Wie wichtig ist in diesem Zusammenhang eine möglichst frühe Zentralisierung der Mannschaften, wie es andere europäische Nationen praktizieren?
Jochen Beppler: Frankreich, Ungarn und die Niederlande haben diese Nachwuchszentren und sind damit sehr erfolgreich. Ungarn und die Niederlande zunächst nur für den weiblichen Nachwuchs und nun auch für die Jungs. Wir beobachten diese Strukturen natürlich genau. Wir als DHB müssen nicht zwangsläufig alles zentralisieren, aber entsprechende Strukturen sind hilfreich für die Leistungsentwicklung der Spielerinnen und Spieler und ihre Entwicklung.

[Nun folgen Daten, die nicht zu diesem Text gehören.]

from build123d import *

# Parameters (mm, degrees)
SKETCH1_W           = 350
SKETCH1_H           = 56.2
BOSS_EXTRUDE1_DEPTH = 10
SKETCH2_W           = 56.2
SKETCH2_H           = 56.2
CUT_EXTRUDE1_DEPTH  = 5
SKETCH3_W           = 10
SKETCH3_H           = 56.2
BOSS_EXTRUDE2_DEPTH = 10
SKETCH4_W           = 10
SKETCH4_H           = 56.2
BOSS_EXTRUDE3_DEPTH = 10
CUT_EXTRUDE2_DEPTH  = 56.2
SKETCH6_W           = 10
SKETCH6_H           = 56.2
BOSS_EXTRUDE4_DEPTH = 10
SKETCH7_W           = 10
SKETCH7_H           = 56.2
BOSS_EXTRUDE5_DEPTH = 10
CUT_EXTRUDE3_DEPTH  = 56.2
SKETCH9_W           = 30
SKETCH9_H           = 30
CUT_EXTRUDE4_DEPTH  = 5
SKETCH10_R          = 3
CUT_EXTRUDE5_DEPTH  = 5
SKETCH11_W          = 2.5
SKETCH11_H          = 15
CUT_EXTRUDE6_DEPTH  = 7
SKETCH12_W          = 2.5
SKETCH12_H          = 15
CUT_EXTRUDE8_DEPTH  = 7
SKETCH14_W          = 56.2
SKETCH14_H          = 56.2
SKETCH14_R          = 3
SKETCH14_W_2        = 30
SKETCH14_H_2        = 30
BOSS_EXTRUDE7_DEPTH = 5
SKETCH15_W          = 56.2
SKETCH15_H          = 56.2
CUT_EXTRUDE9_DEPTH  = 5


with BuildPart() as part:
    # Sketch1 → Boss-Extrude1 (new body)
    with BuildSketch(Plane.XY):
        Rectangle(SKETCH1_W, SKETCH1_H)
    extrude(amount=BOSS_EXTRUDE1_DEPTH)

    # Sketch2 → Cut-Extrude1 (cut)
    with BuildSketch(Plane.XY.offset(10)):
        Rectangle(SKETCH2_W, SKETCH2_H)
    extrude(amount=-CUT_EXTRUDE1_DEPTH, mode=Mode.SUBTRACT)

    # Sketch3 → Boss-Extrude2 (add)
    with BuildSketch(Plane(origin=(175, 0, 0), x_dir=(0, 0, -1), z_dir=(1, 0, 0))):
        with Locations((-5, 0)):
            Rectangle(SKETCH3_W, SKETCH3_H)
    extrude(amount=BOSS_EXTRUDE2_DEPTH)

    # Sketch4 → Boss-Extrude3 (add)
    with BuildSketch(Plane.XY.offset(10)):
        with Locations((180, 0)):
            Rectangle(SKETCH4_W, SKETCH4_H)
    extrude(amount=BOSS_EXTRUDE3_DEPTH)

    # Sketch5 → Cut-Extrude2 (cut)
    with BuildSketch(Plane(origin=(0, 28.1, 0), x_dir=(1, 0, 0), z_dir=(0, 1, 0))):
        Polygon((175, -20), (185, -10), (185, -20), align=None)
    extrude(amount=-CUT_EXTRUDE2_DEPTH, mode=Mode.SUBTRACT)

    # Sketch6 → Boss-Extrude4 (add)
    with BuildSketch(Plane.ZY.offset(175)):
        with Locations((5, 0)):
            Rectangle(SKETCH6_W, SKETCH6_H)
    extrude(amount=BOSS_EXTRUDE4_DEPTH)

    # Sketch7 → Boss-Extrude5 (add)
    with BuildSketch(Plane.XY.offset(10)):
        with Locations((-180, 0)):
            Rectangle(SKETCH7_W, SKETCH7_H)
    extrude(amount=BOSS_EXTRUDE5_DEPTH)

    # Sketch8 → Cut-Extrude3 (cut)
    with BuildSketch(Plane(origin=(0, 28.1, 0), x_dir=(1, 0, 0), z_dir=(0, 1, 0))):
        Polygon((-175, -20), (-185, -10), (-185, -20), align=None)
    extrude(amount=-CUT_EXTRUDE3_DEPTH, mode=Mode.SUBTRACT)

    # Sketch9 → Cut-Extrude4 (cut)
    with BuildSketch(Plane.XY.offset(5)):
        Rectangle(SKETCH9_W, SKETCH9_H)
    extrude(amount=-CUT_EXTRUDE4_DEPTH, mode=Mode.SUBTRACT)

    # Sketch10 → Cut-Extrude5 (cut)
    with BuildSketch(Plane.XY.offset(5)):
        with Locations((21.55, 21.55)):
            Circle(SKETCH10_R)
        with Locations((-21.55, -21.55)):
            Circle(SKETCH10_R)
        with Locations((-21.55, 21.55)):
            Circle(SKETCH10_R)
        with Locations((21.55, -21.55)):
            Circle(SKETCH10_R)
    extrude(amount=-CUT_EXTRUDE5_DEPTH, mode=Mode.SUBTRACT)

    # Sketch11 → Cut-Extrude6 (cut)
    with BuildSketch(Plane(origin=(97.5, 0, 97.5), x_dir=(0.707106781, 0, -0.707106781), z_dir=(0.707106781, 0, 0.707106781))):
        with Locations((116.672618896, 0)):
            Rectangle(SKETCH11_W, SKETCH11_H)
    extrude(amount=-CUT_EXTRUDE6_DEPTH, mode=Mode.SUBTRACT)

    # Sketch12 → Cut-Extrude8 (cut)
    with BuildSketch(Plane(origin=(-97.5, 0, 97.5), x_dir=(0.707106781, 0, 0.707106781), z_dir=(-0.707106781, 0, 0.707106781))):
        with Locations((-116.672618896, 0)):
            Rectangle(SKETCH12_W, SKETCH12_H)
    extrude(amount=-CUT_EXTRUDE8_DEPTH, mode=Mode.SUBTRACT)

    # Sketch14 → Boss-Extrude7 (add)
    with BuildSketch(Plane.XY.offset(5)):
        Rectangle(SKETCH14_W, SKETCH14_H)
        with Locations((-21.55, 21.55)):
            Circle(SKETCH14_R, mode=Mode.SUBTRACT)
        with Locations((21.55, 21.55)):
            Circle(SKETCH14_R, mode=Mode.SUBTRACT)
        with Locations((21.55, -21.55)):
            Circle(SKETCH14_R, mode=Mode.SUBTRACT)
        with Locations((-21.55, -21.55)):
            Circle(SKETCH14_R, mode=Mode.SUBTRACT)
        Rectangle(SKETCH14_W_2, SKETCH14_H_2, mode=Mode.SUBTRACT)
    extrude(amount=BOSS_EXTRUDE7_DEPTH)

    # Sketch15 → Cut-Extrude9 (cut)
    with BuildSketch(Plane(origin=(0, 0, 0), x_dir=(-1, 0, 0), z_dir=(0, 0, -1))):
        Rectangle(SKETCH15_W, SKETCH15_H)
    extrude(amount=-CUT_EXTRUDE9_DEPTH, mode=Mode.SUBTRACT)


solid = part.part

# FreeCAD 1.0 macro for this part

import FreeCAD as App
import Part
import Sketcher


def add_polygon(sketch, points):
    """Adds a closed chain of lines whose ends are joined by coincident constraints."""
    first, n = sketch.GeometryCount, len(points)
    for a, b in zip(points, points[1:] + points[:1]):
        sketch.addGeometry(Part.LineSegment(App.Vector(*a, 0), App.Vector(*b, 0)), False)
    for i in range(n):
        sketch.addConstraint(Sketcher.Constraint("Coincident", first + i, 2, first + (i + 1) % n, 1))

doc = App.newDocument("Part")
body = doc.addObject("PartDesign::Body", "Body")

# Sketch on XY plane
sketch1 = body.newObject("Sketcher::SketchObject", "Sketch")
sketch1.AttachmentSupport = (doc.getObject("XY_Plane"), [""])
sketch1.MapMode = "FlatFace"
add_polygon(sketch1, [(-175, 28.1), (-175, -28.1), (175, -28.1), (175, 28.1)])  # lines 0-3
sketch1.addConstraint([
    Sketcher.Constraint("Vertical", 0),
    Sketcher.Constraint("Horizontal", 1),
    Sketcher.Constraint("Vertical", 2),
    Sketcher.Constraint("Horizontal", 3),
    Sketcher.Constraint("Symmetric", 0, 2, 2, 2, -1, 1),
    Sketcher.Constraint("DistanceX", 1, 1, 1, 2, 350.0),
    Sketcher.Constraint("DistanceY", 0, 2, 0, 1, 56.2),
])
pad1 = body.newObject("PartDesign::Pad", "Pad")
pad1.Profile = sketch1
pad1.Length = 10

# Sketch on XY plane
sketch2 = body.newObject("Sketcher::SketchObject", "Sketch001")
sketch2.AttachmentSupport = (doc.getObject("XY_Plane"), [""])
sketch2.MapMode = "FlatFace"
sketch2.AttachmentOffset = App.Placement(App.Vector(0, 0, 10), App.Rotation())
add_polygon(sketch2, [(-28.1, 28.1), (-28.1, -28.1), (28.1, -28.1), (28.1, 28.1)])  # lines 0-3
sketch2.addConstraint([
    Sketcher.Constraint("Vertical", 0),
    Sketcher.Constraint("Horizontal", 1),
    Sketcher.Constraint("Vertical", 2),
    Sketcher.Constraint("Horizontal", 3),
    Sketcher.Constraint("Symmetric", 0, 2, 2, 2, -1, 1),
    Sketcher.Constraint("Equal", 3, 0),
    Sketcher.Constraint("DistanceX", 1, 1, 1, 2, 56.2),
])
pocket1 = body.newObject("PartDesign::Pocket", "Pocket")
pocket1.Profile = sketch2
pocket1.Length = 5

# Sketch on YZ plane
sketch3 = body.newObject("Sketcher::SketchObject", "Sketch002")
sketch3.AttachmentSupport = (doc.getObject("YZ_Plane"), [""])
sketch3.MapMode = "FlatFace"
sketch3.AttachmentOffset = App.Placement(App.Vector(0, 0, 175), App.Rotation())
add_polygon(sketch3, [(28.1, 10), (-28.1, 10), (-28.1, 0), (28.1, 0)])  # lines 0-3
sketch3.addConstraint([
    Sketcher.Constraint("Horizontal", 0),
    Sketcher.Constraint("Vertical", 1),
    Sketcher.Constraint("Horizontal", 2),
    Sketcher.Constraint("Vertical", 3),
    Sketcher.Constraint("Symmetric", 1, 2, 2, 2, -1, 1),
    Sketcher.Constraint("DistanceY", 1, 2, 1, 1, 10.0),
    Sketcher.Constraint("DistanceX", 0, 2, 0, 1, 56.2),
])
pad2 = body.newObject("PartDesign::Pad", "Pad001")
pad2.Profile = sketch3
pad2.Length = 10

# Sketch on XY plane
sketch4 = body.newObject("Sketcher::SketchObject", "Sketch003")
sketch4.AttachmentSupport = (doc.getObject("XY_Plane"), [""])
sketch4.MapMode = "FlatFace"
sketch4.AttachmentOffset = App.Placement(App.Vector(0, 0, 10), App.Rotation())
add_polygon(sketch4, [(175, 28.1), (175, -28.1), (185, -28.1), (185, 28.1)])  # lines 0-3
sketch4.addConstraint([
    Sketcher.Constraint("Vertical", 0),
    Sketcher.Constraint("Horizontal", 1),
    Sketcher.Constraint("Vertical", 2),
    Sketcher.Constraint("Horizontal", 3),
    Sketcher.Constraint("DistanceX", 1, 1, 1, 2, 10.0),
    Sketcher.Constraint("DistanceY", 0, 2, 0, 1, 56.2),
    Sketcher.Constraint("DistanceX", -1, 1, 0, 2, 175.0),
    Sketcher.Constraint("DistanceY", 0, 2, -1, 1, 28.1),
])
pad3 = body.newObject("PartDesign::Pad", "Pad002")
pad3.Profile = sketch4
pad3.Length = 10

# Sketch on XZ plane
sketch5 = body.newObject("Sketcher::SketchObject", "Sketch004")
sketch5.AttachmentSupport = (doc.getObject("XZ_Plane"), [""])
sketch5.MapMode = "FlatFace"
sketch5.AttachmentOffset = App.Placement(App.Vector(0, 0, -28.1), App.Rotation())
add_polygon(sketch5, [(185, 10), (175, 20), (185, 20)])  # lines 0-2
sketch5.addConstraint([
    Sketcher.Constraint("Horizontal", 1),
    Sketcher.Constraint("Vertical", 2),
    Sketcher.Constraint("Equal", 1, 2),
    Sketcher.Constraint("DistanceX", 1, 1, 1, 2, 10.0),
    Sketcher.Constraint("DistanceX", -1, 1, 0, 2, 175.0),
    Sketcher.Constraint("DistanceY", -1, 1, 0, 2, 20.0),
])
pocket2 = body.newObject("PartDesign::Pocket", "Pocket001")
pocket2.Profile = sketch5
pocket2.Length = 56.2
pocket2.Reversed = True

# Sketch on YZ plane
sketch6 = body.newObject("Sketcher::SketchObject", "Sketch005")
sketch6.AttachmentSupport = (doc.getObject("YZ_Plane"), [""])
sketch6.MapMode = "FlatFace"
sketch6.AttachmentOffset = App.Placement(App.Vector(0, 0, -175), App.Rotation())
add_polygon(sketch6, [(28.1, 0), (-28.1, 0), (-28.1, 10), (28.1, 10)])  # lines 0-3
sketch6.addConstraint([
    Sketcher.Constraint("Horizontal", 0),
    Sketcher.Constraint("Vertical", 1),
    Sketcher.Constraint("Horizontal", 2),
    Sketcher.Constraint("Vertical", 3),
    Sketcher.Constraint("Symmetric", 0, 2, 3, 2, -1, 1),
    Sketcher.Constraint("DistanceY", 1, 1, 1, 2, 10.0),
    Sketcher.Constraint("DistanceX", 0, 2, 0, 1, 56.2),
])
pad4 = body.newObject("PartDesign::Pad", "Pad003")
pad4.Profile = sketch6
pad4.Length = 10
pad4.Reversed = True

# Sketch on XY plane
sketch7 = body.newObject("Sketcher::SketchObject", "Sketch006")
sketch7.AttachmentSupport = (doc.getObject("XY_Plane"), [""])
sketch7.MapMode = "FlatFace"
sketch7.AttachmentOffset = App.Placement(App.Vector(0, 0, 10), App.Rotation())
add_polygon(sketch7, [(-185, 28.1), (-185, -28.1), (-175, -28.1), (-175, 28.1)])  # lines 0-3
sketch7.addConstraint([
    Sketcher.Constraint("Vertical", 0),
    Sketcher.Constraint("Horizontal", 1),
    Sketcher.Constraint("Vertical", 2),
    Sketcher.Constraint("Horizontal", 3),
    Sketcher.Constraint("DistanceX", 1, 1, 1, 2, 10.0),
    Sketcher.Constraint("DistanceY", 0, 2, 0, 1, 56.2),
    Sketcher.Constraint("DistanceX", 0, 2, -1, 1, 185.0),
    Sketcher.Constraint("DistanceY", 0, 2, -1, 1, 28.1),
])
pad5 = body.newObject("PartDesign::Pad", "Pad004")
pad5.Profile = sketch7
pad5.Length = 10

Dazu zählen bei uns zum Beispiel der Elitekader, die um zahlreiche Spielerinnen aufgestockte Sportfördergruppe der Bundeswehr in Warendorf oder unser neues Modell der Spezialisten-Lehrgänge. 

Was muss man darunter verstehen?
Jochen Beppler: Wir hatten im Frühherbst erstmals einen Torhüterlehrgang, mit Jungs und Mädels aus allen Altersstufen unserer Nachwuchs-Nationalmannschaften. Dort konnten wir ganz gezielt fördern und trainieren. So etwas ist sicherlich nicht für alle Positionen möglich und muss auch nicht zwangsläufig immer männliche und weibliche Auswahlspieler beinhalten. Aber man könnte zum Beispiel entsprechende Spieler von den Junioren, der A-Jugend und einen U17-Nationalspieler gemeinsam individuell und mannschaftsübergreifend schulen. Es geht ja immer auch um die Spielphilosophie. 2019 ist zudem geplant, einen Lehrgang mit dem kompletten Elitekader - männlich und weiblich -durchzuführen. Dazu werden auch beide A-Bundestrainer kommen. Das alles zeigt, dass wir dem Trend anderer Nationen zu mehr Zentralisierung auf unsere Art begegnen. Die Resonanz auf den Torwartlehrgang war zum Beispiel sehr gut, darauf können wir aufbauen.